If trial counsel did not interview Fields and Normand, this mistaken finding by the state court was immaterial. Under the deferential standard of Strickland, the state court still could have found that counsel representation was reasonable with only the group interview of many relatives and friends and the individual interview of the grandmother. Petitioner has not proven that the state court wrongly applied Strickland based upon this one fact in dispute. The trial attorneys spent countless hours working on the penalty phase of the case, spoke to family members and friends, and called many of these witnesses to testify. (Rec. Doc. No. 19, p.11). Defense counsel vigorously fought on behalf of Hoffman to have the jury see him in a favorable light and refuse the death penalty. (Rec. Doc. No. 19, p.11). Therefore, under the deferential standard of Strickland, the state court's finding of adequate representation was reasonable.

Third, Petitioner claims that for all of the reasons previously mentioned the state court's decision is also based in "an unreasonable determination of the facts in light of the evidence presented." 28 U.S.C. §2254(d)(2).
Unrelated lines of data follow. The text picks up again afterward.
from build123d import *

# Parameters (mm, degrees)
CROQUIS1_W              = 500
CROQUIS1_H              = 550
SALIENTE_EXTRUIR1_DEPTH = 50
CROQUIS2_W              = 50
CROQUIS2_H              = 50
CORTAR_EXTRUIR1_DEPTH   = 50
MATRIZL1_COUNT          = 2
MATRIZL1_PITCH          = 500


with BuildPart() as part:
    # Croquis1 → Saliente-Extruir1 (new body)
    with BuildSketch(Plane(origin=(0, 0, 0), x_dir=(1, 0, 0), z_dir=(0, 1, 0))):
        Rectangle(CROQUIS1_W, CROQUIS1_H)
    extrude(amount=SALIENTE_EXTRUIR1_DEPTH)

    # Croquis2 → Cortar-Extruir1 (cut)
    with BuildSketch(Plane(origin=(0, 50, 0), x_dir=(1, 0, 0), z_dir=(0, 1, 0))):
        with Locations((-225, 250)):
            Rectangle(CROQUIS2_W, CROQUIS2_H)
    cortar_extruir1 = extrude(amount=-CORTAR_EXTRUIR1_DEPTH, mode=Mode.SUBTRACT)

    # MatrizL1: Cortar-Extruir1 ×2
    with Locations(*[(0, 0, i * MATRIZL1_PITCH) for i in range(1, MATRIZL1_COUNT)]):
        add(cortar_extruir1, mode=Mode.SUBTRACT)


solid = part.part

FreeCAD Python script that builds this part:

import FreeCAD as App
import Part
import Sketcher
from FreeCAD import Vector


def add_polygon(sketch, points):
    """Adds a closed chain of lines whose ends are joined by coincident constraints."""
    first, n = sketch.GeometryCount, len(points)
    for a, b in zip(points, points[1:] + points[:1]):
        sketch.addGeometry(Part.LineSegment(App.Vector(*a, 0), App.Vector(*b, 0)), False)
    for i in range(n):
        sketch.addConstraint(Sketcher.Constraint("Coincident", first + i, 2, first + (i + 1) % n, 1))

doc = App.newDocument("Part")
body = doc.addObject("PartDesign::Body", "Body")

# Sketch on XZ plane
sketch1 = body.newObject("Sketcher::SketchObject", "Sketch")
sketch1.AttachmentSupport = (doc.getObject("XZ_Plane"), [""])
sketch1.MapMode = "FlatFace"
add_polygon(sketch1, [(-250, -275), (-250, 275), (250, 275), (250, -275)])  # lines 0-3
sketch1.addConstraint([
    Sketcher.Constraint("Vertical", 0),
    Sketcher.Constraint("Horizontal", 1),
    Sketcher.Constraint("Vertical", 2),
    Sketcher.Constraint("Horizontal", 3),
    Sketcher.Constraint("Symmetric", 0, 2, 2, 2, -1, 1),
    Sketcher.Constraint("DistanceX", 1, 1, 1, 2, 500.0),
    Sketcher.Constraint("DistanceY", 0, 1, 0, 2, 550.0),
])
pad1 = body.newObject("PartDesign::Pad", "Pad")
pad1.Profile = sketch1
pad1.Length = 50
pad1.Reversed = True

# Sketch on XZ plane
sketch2 = body.newObject("Sketcher::SketchObject", "Sketch001")
sketch2.AttachmentSupport = (doc.getObject("XZ_Plane"), [""])
sketch2.MapMode = "FlatFace"
sketch2.AttachmentOffset = App.Placement(Vector(0, 0, -50), App.Rotation())
add_polygon(sketch2, [(-250, -275), (-250, -225), (-200, -225), (-200, -275)])  # lines 0-3
sketch2.addConstraint([
    Sketcher.Constraint("Vertical", 0),
    Sketcher.Constraint("Horizontal", 1),
    Sketcher.Constraint("Vertical", 2),
    Sketcher.Constraint("Horizontal", 3),
    Sketcher.Constraint("Equal", 3, 0),
    Sketcher.Constraint("DistanceX", 1, 1, 1, 2, 50.0),
    Sketcher.Constraint("DistanceX", 0, 2, -1, 1, 250.0),
    Sketcher.Constraint("DistanceY", 0, 2, -1, 1, 225.0),
])
pocket1 = body.newObject("PartDesign::Pocket", "Pocket")
pocket1.Profile = sketch2
pocket1.Length = 50
pocket1.Reversed = True
doc.recompute()

linearpattern = body.newObject("PartDesign::LinearPattern", "LinearPattern")
linearpattern.Originals = [pocket1]
linearpattern.Direction = (doc.getObject("Z_Axis"), [""])
linearpattern.Mode = "offset"
linearpattern.Offset = 500
linearpattern.Occurrences = 2
body.Tip = linearpattern

doc.recompute()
Once, again the clear and convincing standard has not been met for most of Petitioner's claims of factual error in the findings of the state court. The state court's findings about the conclusions of the expert witnesses, the information provided to trial counsel, the reasoning and suspicions of trial counsel during investigation, and the following of ABA guidelines are all reasonable and have not been overturned by clear and convincing evidence. The mistake about trial counsel interviewing two family members was immaterial to the decision of the state court. Given the group interview of many family and friends, the finding that two family members were not interviewed would not under the clear and convincing standard alter the finding of adequate representation. Countless hours of preparation by trial counsel and the deferential standard of Strickland further support the state court's ultimate findings here as reasonable in all aspects. A reasonable probability of a different outcome has not been established. Claim II - N on-Disclosure of Coroner Investigator's Report and Alleged Failure to Correct Misleading Testimony

The only issue in dispute at the guilt phase of the trial was specific intent. Hoffman has maintained since his confession that he shot the victim accidentally during a struggle with his gun. (Rec Doc. No. 1, p. 103). Without specific intent to kill, Petitioner could not be guilty of first degree murder and would not be eligible for the death penalty.
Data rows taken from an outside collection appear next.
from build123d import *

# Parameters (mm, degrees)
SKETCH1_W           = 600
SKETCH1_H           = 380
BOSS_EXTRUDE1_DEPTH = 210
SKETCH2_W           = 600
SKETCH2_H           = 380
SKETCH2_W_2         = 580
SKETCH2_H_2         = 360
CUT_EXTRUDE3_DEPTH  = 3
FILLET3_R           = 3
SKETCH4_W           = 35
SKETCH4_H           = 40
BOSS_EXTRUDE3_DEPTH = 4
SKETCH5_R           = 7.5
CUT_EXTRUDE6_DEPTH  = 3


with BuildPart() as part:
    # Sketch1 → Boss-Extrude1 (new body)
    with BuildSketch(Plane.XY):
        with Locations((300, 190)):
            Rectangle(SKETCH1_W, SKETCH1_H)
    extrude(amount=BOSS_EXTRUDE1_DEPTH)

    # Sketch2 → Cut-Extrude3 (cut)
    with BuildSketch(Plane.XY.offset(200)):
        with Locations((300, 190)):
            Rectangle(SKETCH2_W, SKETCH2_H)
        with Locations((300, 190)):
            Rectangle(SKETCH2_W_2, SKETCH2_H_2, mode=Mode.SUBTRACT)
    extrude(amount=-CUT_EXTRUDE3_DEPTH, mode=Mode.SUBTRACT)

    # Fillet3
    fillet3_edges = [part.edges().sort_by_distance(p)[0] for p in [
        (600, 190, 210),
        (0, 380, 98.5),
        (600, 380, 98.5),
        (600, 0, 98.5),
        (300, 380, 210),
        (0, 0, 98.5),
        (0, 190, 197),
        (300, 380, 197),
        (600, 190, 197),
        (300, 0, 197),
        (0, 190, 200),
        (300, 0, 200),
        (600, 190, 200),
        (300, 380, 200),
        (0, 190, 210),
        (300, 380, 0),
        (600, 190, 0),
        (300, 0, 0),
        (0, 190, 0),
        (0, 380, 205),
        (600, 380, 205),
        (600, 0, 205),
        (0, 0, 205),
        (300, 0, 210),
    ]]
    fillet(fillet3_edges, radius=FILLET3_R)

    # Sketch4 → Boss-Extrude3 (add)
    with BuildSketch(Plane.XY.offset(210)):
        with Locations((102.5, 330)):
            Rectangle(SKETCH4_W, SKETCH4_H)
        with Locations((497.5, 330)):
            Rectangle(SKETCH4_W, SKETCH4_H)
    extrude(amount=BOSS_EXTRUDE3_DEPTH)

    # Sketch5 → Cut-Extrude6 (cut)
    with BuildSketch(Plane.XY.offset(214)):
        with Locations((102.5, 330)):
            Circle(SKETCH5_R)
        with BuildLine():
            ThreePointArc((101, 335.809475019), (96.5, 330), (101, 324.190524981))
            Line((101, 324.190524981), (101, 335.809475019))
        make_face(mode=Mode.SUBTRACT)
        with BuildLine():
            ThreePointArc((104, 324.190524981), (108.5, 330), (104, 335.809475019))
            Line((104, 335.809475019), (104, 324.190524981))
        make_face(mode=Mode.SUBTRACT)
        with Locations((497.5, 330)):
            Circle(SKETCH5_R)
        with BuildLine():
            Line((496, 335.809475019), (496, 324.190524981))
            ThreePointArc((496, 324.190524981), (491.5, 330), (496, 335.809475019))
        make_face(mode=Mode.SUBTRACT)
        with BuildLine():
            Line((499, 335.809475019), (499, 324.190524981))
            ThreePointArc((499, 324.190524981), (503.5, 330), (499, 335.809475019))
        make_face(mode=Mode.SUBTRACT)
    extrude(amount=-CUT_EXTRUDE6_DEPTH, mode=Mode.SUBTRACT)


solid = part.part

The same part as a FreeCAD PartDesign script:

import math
import FreeCAD as App
import Part
import Sketcher


def edges_at(feature, points):
    """Names of the edges that pass closest to the given points."""
    edges = feature.Shape.Edges
    near = lambda p: min(range(len(edges)), key=lambda i: edges[i].distToShape(Part.Vertex(*p))[0])
    return sorted({f"Edge{near(p) + 1}" for p in points})

doc = App.newDocument("Part")
body = doc.addObject("PartDesign::Body", "Body")

# Sketch on XY plane
sketch1 = doc.addObject("Sketcher::SketchObject", "Sketch")
body.addObject(sketch1)
sketch1.AttachmentSupport = (doc.XY_Plane, [""])
sketch1.MapMode = "FlatFace"
sketch1.addGeometry(Part.LineSegment(App.Vector(0, 380, 0), App.Vector(0, 0, 0)), False)
sketch1.addGeometry(Part.LineSegment(App.Vector(0, 0, 0), App.Vector(600, 0, 0)), False)
sketch1.addGeometry(Part.LineSegment(App.Vector(600, 0, 0), App.Vector(600, 380, 0)), False)
sketch1.addGeometry(Part.LineSegment(App.Vector(600, 380, 0), App.Vector(0, 380, 0)), False)
sketch1.addConstraint(Sketcher.Constraint("Coincident", 0, 2, 1, 1))
sketch1.addConstraint(Sketcher.Constraint("Coincident", 1, 2, 2, 1))
sketch1.addConstraint(Sketcher.Constraint("Coincident", 2, 2, 3, 1))
sketch1.addConstraint(Sketcher.Constraint("Coincident", 3, 2, 0, 1))
sketch1.addConstraint(Sketcher.Constraint("Vertical", 0))
sketch1.addConstraint(Sketcher.Constraint("Horizontal", 1))
sketch1.addConstraint(Sketcher.Constraint("Vertical", 2))
sketch1.addConstraint(Sketcher.Constraint("Horizontal", 3))
sketch1.addConstraint(Sketcher.Constraint("Coincident", 0, 2, -1, 1))
sketch1.addConstraint(Sketcher.Constraint("DistanceX", 1, 1, 1, 2, 600.0))
sketch1.addConstraint(Sketcher.Constraint("DistanceY", 0, 2, 0, 1, 380.0))
pad1 = doc.addObject("PartDesign::Pad", "Pad")
body.addObject(pad1)
pad1.Profile = sketch1
pad1.Length = 210

# Sketch on XY plane
sketch2 = doc.addObject("Sketcher::SketchObject", "Sketch001")
body.addObject(sketch2)
sketch2.AttachmentSupport = (doc.XY_Plane, [""])
sketch2.MapMode = "FlatFace"
sketch2.AttachmentOffset = App.Placement(App.Vector(0, 0, 200), App.Rotation())
sketch2.addGeometry(Part.LineSegment(App.Vector(0, 380, 0), App.Vector(0, 0, 0)), False)
sketch2.addGeometry(Part.LineSegment(App.Vector(0, 0, 0), App.Vector(600, 0, 0)), False)
sketch2.addGeometry(Part.LineSegment(App.Vector(600, 0, 0), App.Vector(600, 380, 0)), False)
sketch2.addGeometry(Part.LineSegment(App.Vector(600, 380, 0), App.Vector(0, 380, 0)), False)
sketch2.addGeometry(Part.LineSegment(App.Vector(590, 10, 0), App.Vector(10, 10, 0)), False)
sketch2.addGeometry(Part.LineSegment(App.Vector(10, 10, 0), App.Vector(10, 370, 0)), False)
sketch2.addGeometry(Part.LineSegment(App.Vector(10, 370, 0), App.Vector(590, 370, 0)), False)
sketch2.addGeometry(Part.LineSegment(App.Vector(590, 370, 0), App.Vector(590, 10, 0)), False)
sketch2.addConstraint(Sketcher.Constraint("Coincident", 0, 2, 1, 1))
sketch2.addConstraint(Sketcher.Constraint("Coincident", 1, 2, 2, 1))
sketch2.addConstraint(Sketcher.Constraint("Coincident", 2, 2, 3, 1))
sketch2.addConstraint(Sketcher.Constraint("Coincident", 3, 2, 0, 1))
sketch2.addConstraint(Sketcher.Constraint("Coincident", 4, 2, 5, 1))
sketch2.addConstraint(Sketcher.Constraint("Coincident", 5, 2, 6, 1))
sketch2.addConstraint(Sketcher.Constraint("Coincident", 6, 2, 7, 1))
sketch2.addConstraint(Sketcher.Constraint("Coincident", 7, 2, 4, 1))
sketch2.addConstraint(Sketcher.Constraint("Vertical", 0))
sketch2.addConstraint(Sketcher.Constraint("Horizontal", 1))
sketch2.addConstraint(Sketcher.Constraint("Vertical", 2))
sketch2.addConstraint(Sketcher.Constraint("Horizontal", 3))
sketch2.addConstraint(Sketcher.Constraint("Horizontal", 4))
sketch2.addConstraint(Sketcher.Constraint("Vertical", 5))
sketch2.addConstraint(Sketcher.Constraint("Horizontal", 6))
sketch2.addConstraint(Sketcher.Constraint("Vertical", 7))
sketch2.addConstraint(Sketcher.Constraint("Coincident", 0, 2, -1, 1))
sketch2.addConstraint(Sketcher.Constraint("DistanceX", 1, 1, 1, 2, 600.0))
sketch2.addConstraint(Sketcher.Constraint("DistanceX", 4, 2, 4, 1, 580.0))
sketch2.addConstraint(Sketcher.Constraint("DistanceY", 0, 2, 0, 1, 380.0))
sketch2.addConstraint(Sketcher.Constraint("DistanceY", 5, 1, 5, 2, 360.0))
sketch2.addConstraint(Sketcher.Constraint("DistanceX", -1, 1, 4, 2, 10.0))
sketch2.addConstraint(Sketcher.Constraint("DistanceY", -1, 1, 4, 2, 10.0))
pocket1 = doc.addObject("PartDesign::Pocket", "Pocket")
body.addObject(pocket1)
pocket1.Profile = sketch2
pocket1.Length = 3
doc.recompute()

fillet = doc.addObject("PartDesign::Fillet", "Fillet")
body.addObject(fillet)
fillet.Base = (pocket1, edges_at(pocket1, [
    (600, 190, 210),
    (0, 380, 98.5),
    (600, 380, 98.5),
    (600, 0, 98.5),
    (300, 380, 210),
    (0, 0, 98.5),
    (0, 190, 197),
    (300, 380, 197),
    (600, 190, 197),
    (300, 0, 197),
    (0, 190, 200),
    (300, 0, 200),
    (600, 190, 200),
    (300, 380, 200),
    (0, 190, 210),
    (300, 380, 0),
    (600, 190, 0),
    (300, 0, 0),
    (0, 190, 0),
    (0, 380, 205),
    (600, 380, 205),
    (600, 0, 205),
    (0, 0, 205),
    (300, 0, 210),
]))
fillet.Radius = 3

# Sketch on XY plane
sketch3 = doc.addObject("Sketcher::SketchObject", "Sketch002")
body.addObject(sketch3)
sketch3.AttachmentSupport = (doc.XY_Plane, [""])
sketch3.MapMode = "FlatFace"
sketch3.AttachmentOffset = App.Placement(App.Vector(0, 0, 210), App.Rotation())
sketch3.addGeometry(Part.LineSegment(App.Vector(85, 350, 0), App.Vector(85, 310, 0)), False)
sketch3.addGeometry(Part.LineSegment(App.Vector(85, 310, 0), App.Vector(120, 310, 0)), False)
sketch3.addGeometry(Part.LineSegment(App.Vector(120, 310, 0), App.Vector(120, 350, 0)), False)
sketch3.addGeometry(Part.LineSegment(App.Vector(120, 350, 0), App.Vector(85, 350, 0)), False)
sketch3.addGeometry(Part.LineSegment(App.Vector(480, 350, 0), App.Vector(480, 310, 0)), False)
sketch3.addGeometry(Part.LineSegment(App.Vector(480, 310, 0), App.Vector(515, 310, 0)), False)
sketch3.addGeometry(Part.LineSegment(App.Vector(515, 310, 0), App.Vector(515, 350, 0)), False)
sketch3.addGeometry(Part.LineSegment(App.Vector(515, 350, 0), App.Vector(480, 350, 0)), False)
sketch3.addConstraint(Sketcher.Constraint("Coincident", 0, 2, 1, 1))
sketch3.addConstraint(Sketcher.Constraint("Coincident", 1, 2, 2, 1))
sketch3.addConstraint(Sketcher.Constraint("Coincident", 2, 2, 3, 1))
sketch3.addConstraint(Sketcher.Constraint("Coincident", 3, 2, 0, 1))
sketch3.addConstraint(Sketcher.Constraint("Coincident", 4, 2, 5, 1))
sketch3.addConstraint(Sketcher.Constraint("Coincident", 5, 2, 6, 1))
sketch3.addConstraint(Sketcher.Constraint("Coincident", 6, 2, 7, 1))
sketch3.addConstraint(Sketcher.Constraint("Coincident", 7, 2, 4, 1))
sketch3.addConstraint(Sketcher.Constraint("Vertical", 0))
sketch3.addConstraint(Sketcher.Constraint("Horizontal", 1))
sketch3.addConstraint(Sketcher.Constraint("Vertical", 2))
sketch3.addConstraint(Sketcher.Constraint("Horizontal", 3))
sketch3.addConstraint(Sketcher.Constraint("Vertical", 4))
sketch3.addConstraint(Sketcher.Constraint("Horizontal", 5))
sketch3.addConstraint(Sketcher.Constraint("Vertical", 6))
sketch3.addConstraint(Sketcher.Constraint("Horizontal", 7))
sketch3.addConstraint(Sketcher.Constraint("Horizontal", 1, 2, 4, 2))
sketch3.addConstraint(Sketcher.Constraint("Horizontal", 3, 2, 6, 2))
sketch3.addConstraint(Sketcher.Constraint("Equal", 3, 5))
sketch3.addConstraint(Sketcher.Constraint("DistanceX", 1, 1, 1, 2, 35.0))
sketch3.addConstraint(Sketcher.Constraint("DistanceY", 0, 2, 0, 1, 40.0))
sketch3.addConstraint(Sketcher.Constraint("DistanceX", -1, 1, 0, 2, 85.0))
sketch3.addConstraint(Sketcher.Constraint("DistanceY", -1, 1, 0, 2, 310.0))
sketch3.addConstraint(Sketcher.Constraint("DistanceX", -1, 1, 4, 2, 480.0))
pad2 = doc.addObject("PartDesign::Pad", "Pad001")
body.addObject(pad2)
pad2.Profile = sketch3
pad2.Length = 4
During trial, the state argued that the physical evidence was more consistent with an execution style shooting, citing the location of the bullet, the angle and path of the bullet, the cuts and bruises on the victim's knees, and evidence that the gun was fired at least 18'' from the victim, too far away to suggest a struggle. (Rec. Doc. No. 1, p. 107). The State also tried to establish the location of the shooting as the place where the body was found, an old wooden boat dock 150 feet down river from a boat launch adjacent to the Highway 90 Bridge. Petitioner claims that establishing the location of the shooting at the dock and describing the "death march" down the overgrown path to the dock was essential to the State's case because these facts helped to prove specific intent. (Rec. Doc. No. 1, p. 108).
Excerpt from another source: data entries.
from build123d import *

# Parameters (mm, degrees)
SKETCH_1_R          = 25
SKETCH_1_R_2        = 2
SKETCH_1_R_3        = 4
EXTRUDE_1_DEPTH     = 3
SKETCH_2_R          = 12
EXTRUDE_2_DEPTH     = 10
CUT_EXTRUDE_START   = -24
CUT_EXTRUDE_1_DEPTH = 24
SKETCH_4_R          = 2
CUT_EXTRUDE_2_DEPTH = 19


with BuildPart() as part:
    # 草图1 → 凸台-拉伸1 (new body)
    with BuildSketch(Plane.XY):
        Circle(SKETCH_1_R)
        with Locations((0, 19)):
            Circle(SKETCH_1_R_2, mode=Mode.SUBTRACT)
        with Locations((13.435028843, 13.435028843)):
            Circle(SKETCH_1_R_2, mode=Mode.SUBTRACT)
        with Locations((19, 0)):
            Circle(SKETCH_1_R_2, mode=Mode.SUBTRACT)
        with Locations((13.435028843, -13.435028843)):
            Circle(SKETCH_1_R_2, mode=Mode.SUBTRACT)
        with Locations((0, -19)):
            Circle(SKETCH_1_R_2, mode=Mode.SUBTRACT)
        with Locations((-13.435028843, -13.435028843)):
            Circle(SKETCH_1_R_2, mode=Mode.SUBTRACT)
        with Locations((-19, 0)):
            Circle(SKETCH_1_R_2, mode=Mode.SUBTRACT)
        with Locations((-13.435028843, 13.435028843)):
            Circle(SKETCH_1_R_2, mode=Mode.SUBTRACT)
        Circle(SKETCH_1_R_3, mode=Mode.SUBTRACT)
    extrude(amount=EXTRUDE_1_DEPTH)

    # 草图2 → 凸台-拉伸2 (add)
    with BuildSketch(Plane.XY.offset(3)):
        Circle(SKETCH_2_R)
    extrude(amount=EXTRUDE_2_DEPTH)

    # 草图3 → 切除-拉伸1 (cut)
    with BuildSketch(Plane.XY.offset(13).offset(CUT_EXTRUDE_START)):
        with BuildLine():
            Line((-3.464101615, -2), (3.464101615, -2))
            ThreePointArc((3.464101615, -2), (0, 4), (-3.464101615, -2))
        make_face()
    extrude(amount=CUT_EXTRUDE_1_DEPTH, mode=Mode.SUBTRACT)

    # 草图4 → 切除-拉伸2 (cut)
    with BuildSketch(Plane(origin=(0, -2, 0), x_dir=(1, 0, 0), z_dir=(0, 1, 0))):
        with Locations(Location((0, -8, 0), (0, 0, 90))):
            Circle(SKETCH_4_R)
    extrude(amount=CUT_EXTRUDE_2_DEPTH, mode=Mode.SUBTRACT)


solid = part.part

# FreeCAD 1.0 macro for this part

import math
import FreeCAD as App
import Part
import Sketcher

V = App.Vector

doc = App.newDocument("Part")
body = doc.addObject("PartDesign::Body", "Body")

sketch1 = body.newObject("Sketcher::SketchObject", "Sketch")
sketch1.AttachmentSupport = (doc.getObject("XY_Plane"), [""])
sketch1.MapMode = "FlatFace"
sketch1.addGeometry([
    Part.Circle(V(0, 0, 0), V(0, 0, 1), 25),
    Part.Circle(V(-13.4, -13.4, 0), V(0, 0, 1), 2),
    Part.Circle(V(0, -19, 0), V(0, 0, 1), 2),
    Part.Circle(V(13.4, -13.4, 0), V(0, 0, 1), 2),
    Part.Circle(V(-19, 0, 0), V(0, 0, 1), 2),
    Part.Circle(V(-13.4, 13.4, 0), V(0, 0, 1), 2),
    Part.Circle(V(0, 0, 0), V(0, 0, 1), 4),
    Part.Circle(V(19, 0, 0), V(0, 0, 1), 2),
    Part.Circle(V(0, 19, 0), V(0, 0, 1), 2),
    Part.Circle(V(13.4, 13.4, 0), V(0, 0, 1), 2),
], False)
sketch1.addConstraint([
    Sketcher.Constraint("Coincident", 0, 3, -1, 1),
    Sketcher.Constraint("Coincident", 6, 3, -1, 1),
    Sketcher.Constraint("Equal", 1, 2),
    Sketcher.Constraint("Equal", 2, 3),
    Sketcher.Constraint("Equal", 3, 4),
    Sketcher.Constraint("Equal", 4, 5),
    Sketcher.Constraint("Equal", 5, 7),
    Sketcher.Constraint("Equal", 7, 8),
    Sketcher.Constraint("Equal", 8, 9),
    Sketcher.Constraint("Symmetric", 3, 3, 5, 3, -1, 1),
    Sketcher.Constraint("Symmetric", 4, 3, 7, 3, -1, 1),
    Sketcher.Constraint("Symmetric", 2, 3, 8, 3, -1, 1),
    Sketcher.Constraint("Symmetric", 1, 3, 9, 3, -1, 1),
    Sketcher.Constraint("Symmetric", 1, 3, 3, 3, -2),
    Sketcher.Constraint("PointOnObject", 2, 3, -2),
    Sketcher.Constraint("PointOnObject", 4, 3, -1),
    Sketcher.Constraint("Diameter", 0, 50.0),
    Sketcher.Constraint("Diameter", 1, 4.0),
    Sketcher.Constraint("Diameter", 6, 8.0),
    Sketcher.Constraint("DistanceY", 2, 3, -1, 1, 19.0),
    Sketcher.Constraint("DistanceX", 4, 3, -1, 1, 19.0),
    Sketcher.Constraint("DistanceX", 1, 3, -1, 1, 13.435029),
    Sketcher.Constraint("DistanceY", 1, 3, -1, 1, 13.435029),
])
pad1 = body.newObject("PartDesign::Pad", "Pad")
pad1.Profile = sketch1
pad1.Length = 3

sketch2 = body.newObject("Sketcher::SketchObject", "Sketch001")
sketch2.AttachmentSupport = (doc.getObject("XY_Plane"), [""])
sketch2.MapMode = "FlatFace"
sketch2.AttachmentOffset = App.Placement(V(0, 0, 3), App.Rotation())
sketch2.addGeometry(Part.Circle(V(0, 0, 0), V(0, 0, 1), 12), False)
sketch2.addConstraint([
    Sketcher.Constraint("Coincident", 0, 3, -1, 1),
    Sketcher.Constraint("Diameter", 0, 24.0),
])
pad2 = body.newObject("PartDesign::Pad", "Pad001")
pad2.Profile = sketch2
pad2.Length = 10

sketch3 = body.newObject("Sketcher::SketchObject", "Sketch002")
sketch3.AttachmentSupport = (doc.getObject("XY_Plane"), [""])
sketch3.MapMode = "FlatFace"
sketch3.AttachmentOffset = App.Placement(V(0, 0, -11), App.Rotation())
sketch3.addGeometry([
    Part.LineSegment(V(-3.5, -2, 0), V(3.5, -2, 0)),
    Part.ArcOfCircle(Part.Circle(V(0, 0, 0), V(0, 0, 1), 4), math.radians(-30), math.radians(210)),
], False)
sketch3.addConstraint([
    Sketcher.Constraint("Coincident", 0, 1, 1, 2),
    Sketcher.Constraint("Coincident", 1, 1, 0, 2),
    Sketcher.Constraint("Horizontal", 0),
    Sketcher.Constraint("Coincident", 1, 3, -1, 1),
    Sketcher.Constraint("Radius", 1, 4.0),
    Sketcher.Constraint("DistanceY", 0, 1, -1, 1, 2.0),
])
pocket1 = body.newObject("PartDesign::Pocket", "Pocket")
pocket1.Profile = sketch3
pocket1.Length = 24
pocket1.Reversed = True

sketch4 = body.newObject("Sketcher::SketchObject", "Sketch003")
sketch4.AttachmentSupport = (doc.getObject("XZ_Plane"), [""])
sketch4.MapMode = "FlatFace"
sketch4.AttachmentOffset = App.Placement(V(0, 0, 2), App.Rotation())
sketch4.addGeometry(Part.Circle(V(0, 8, 0), V(0, 0, 1), 2), False)
sketch4.addConstraint([
    Sketcher.Constraint("PointOnObject", 0, 3, -2),
    Sketcher.Constraint("Diameter", 0, 4.0),
    Sketcher.Constraint("DistanceY", -1, 1, 0, 3, 8.0),
])
pocket2 = body.newObject("PartDesign::Pocket", "Pocket001")
pocket2.Profile = sketch4
pocket2.Length = 19

doc.recompute()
During trial, defense counsel argued that the physical evidence presented by the State, in fact, supported a struggle. (Rec. Doc. No. 1, p. 107). The defense also disputed the State's evidence of premeditation and contested the location of the shooting. The defense claimed that the shooting occurred at the boat launch rather than the floating dock where the body was found. Defense pointed out that in his confession Hoffman never mentioned finding the dock or walking down the overgrown path to reach the dock. (Rec. Doc. No. 1, p. 109). Defense also argued that the lack of injuries on the victim's feet was inconsistent with a walk down an overgrown path. Defense theorized that the body could have floated down river and washed up on the dock. (Rec. Doc. No. 1, p. 112).

Defense also argued that the physical condition of the body was inconsistent with the body remaining on the dock for the entire period between the shooting and when the body was found, but this was hampered by the lack of evidence concerning the condition of the body at the time it was found. (Rec. Doc. No. 1, p. 113). During trial the medical examiner only testified concerning the condition of the body at the time of the autopsy two days later.

In Claim II, Petitioner contends that the State failed to disclose key information about the condition of the victim's body at the time it was found, information which allegedly supported Petitioner's account of the shooting. Petitioner also contends that the State knowingly presented misleading testimony from their forensic pathologist suggesting that the exculpatory information about the victim's body did not exist.

At issue is a report by a coroner's investigator made on the morning the body was found. That report said that lividity was not noted and rigor mortis was noted in the mandible but was not fixed. Petitioner contends that this report could have supported defense arguments. (Rec. Doc. No. 1, p. 114). Petitioner provides the testimony of an expert witness hired post conviction stating: "Given the lack of lividity and the limited amount of rigor mortis observed by the coroner's investigator after the body was discovered, it is unlikely that Ms. Elliot was found in the position she fell after being shot over 12 hours previously." (Affidavit of Gerald Liuzza M.D., 1/5/07, Rec. Doc. No. 1, p. 115).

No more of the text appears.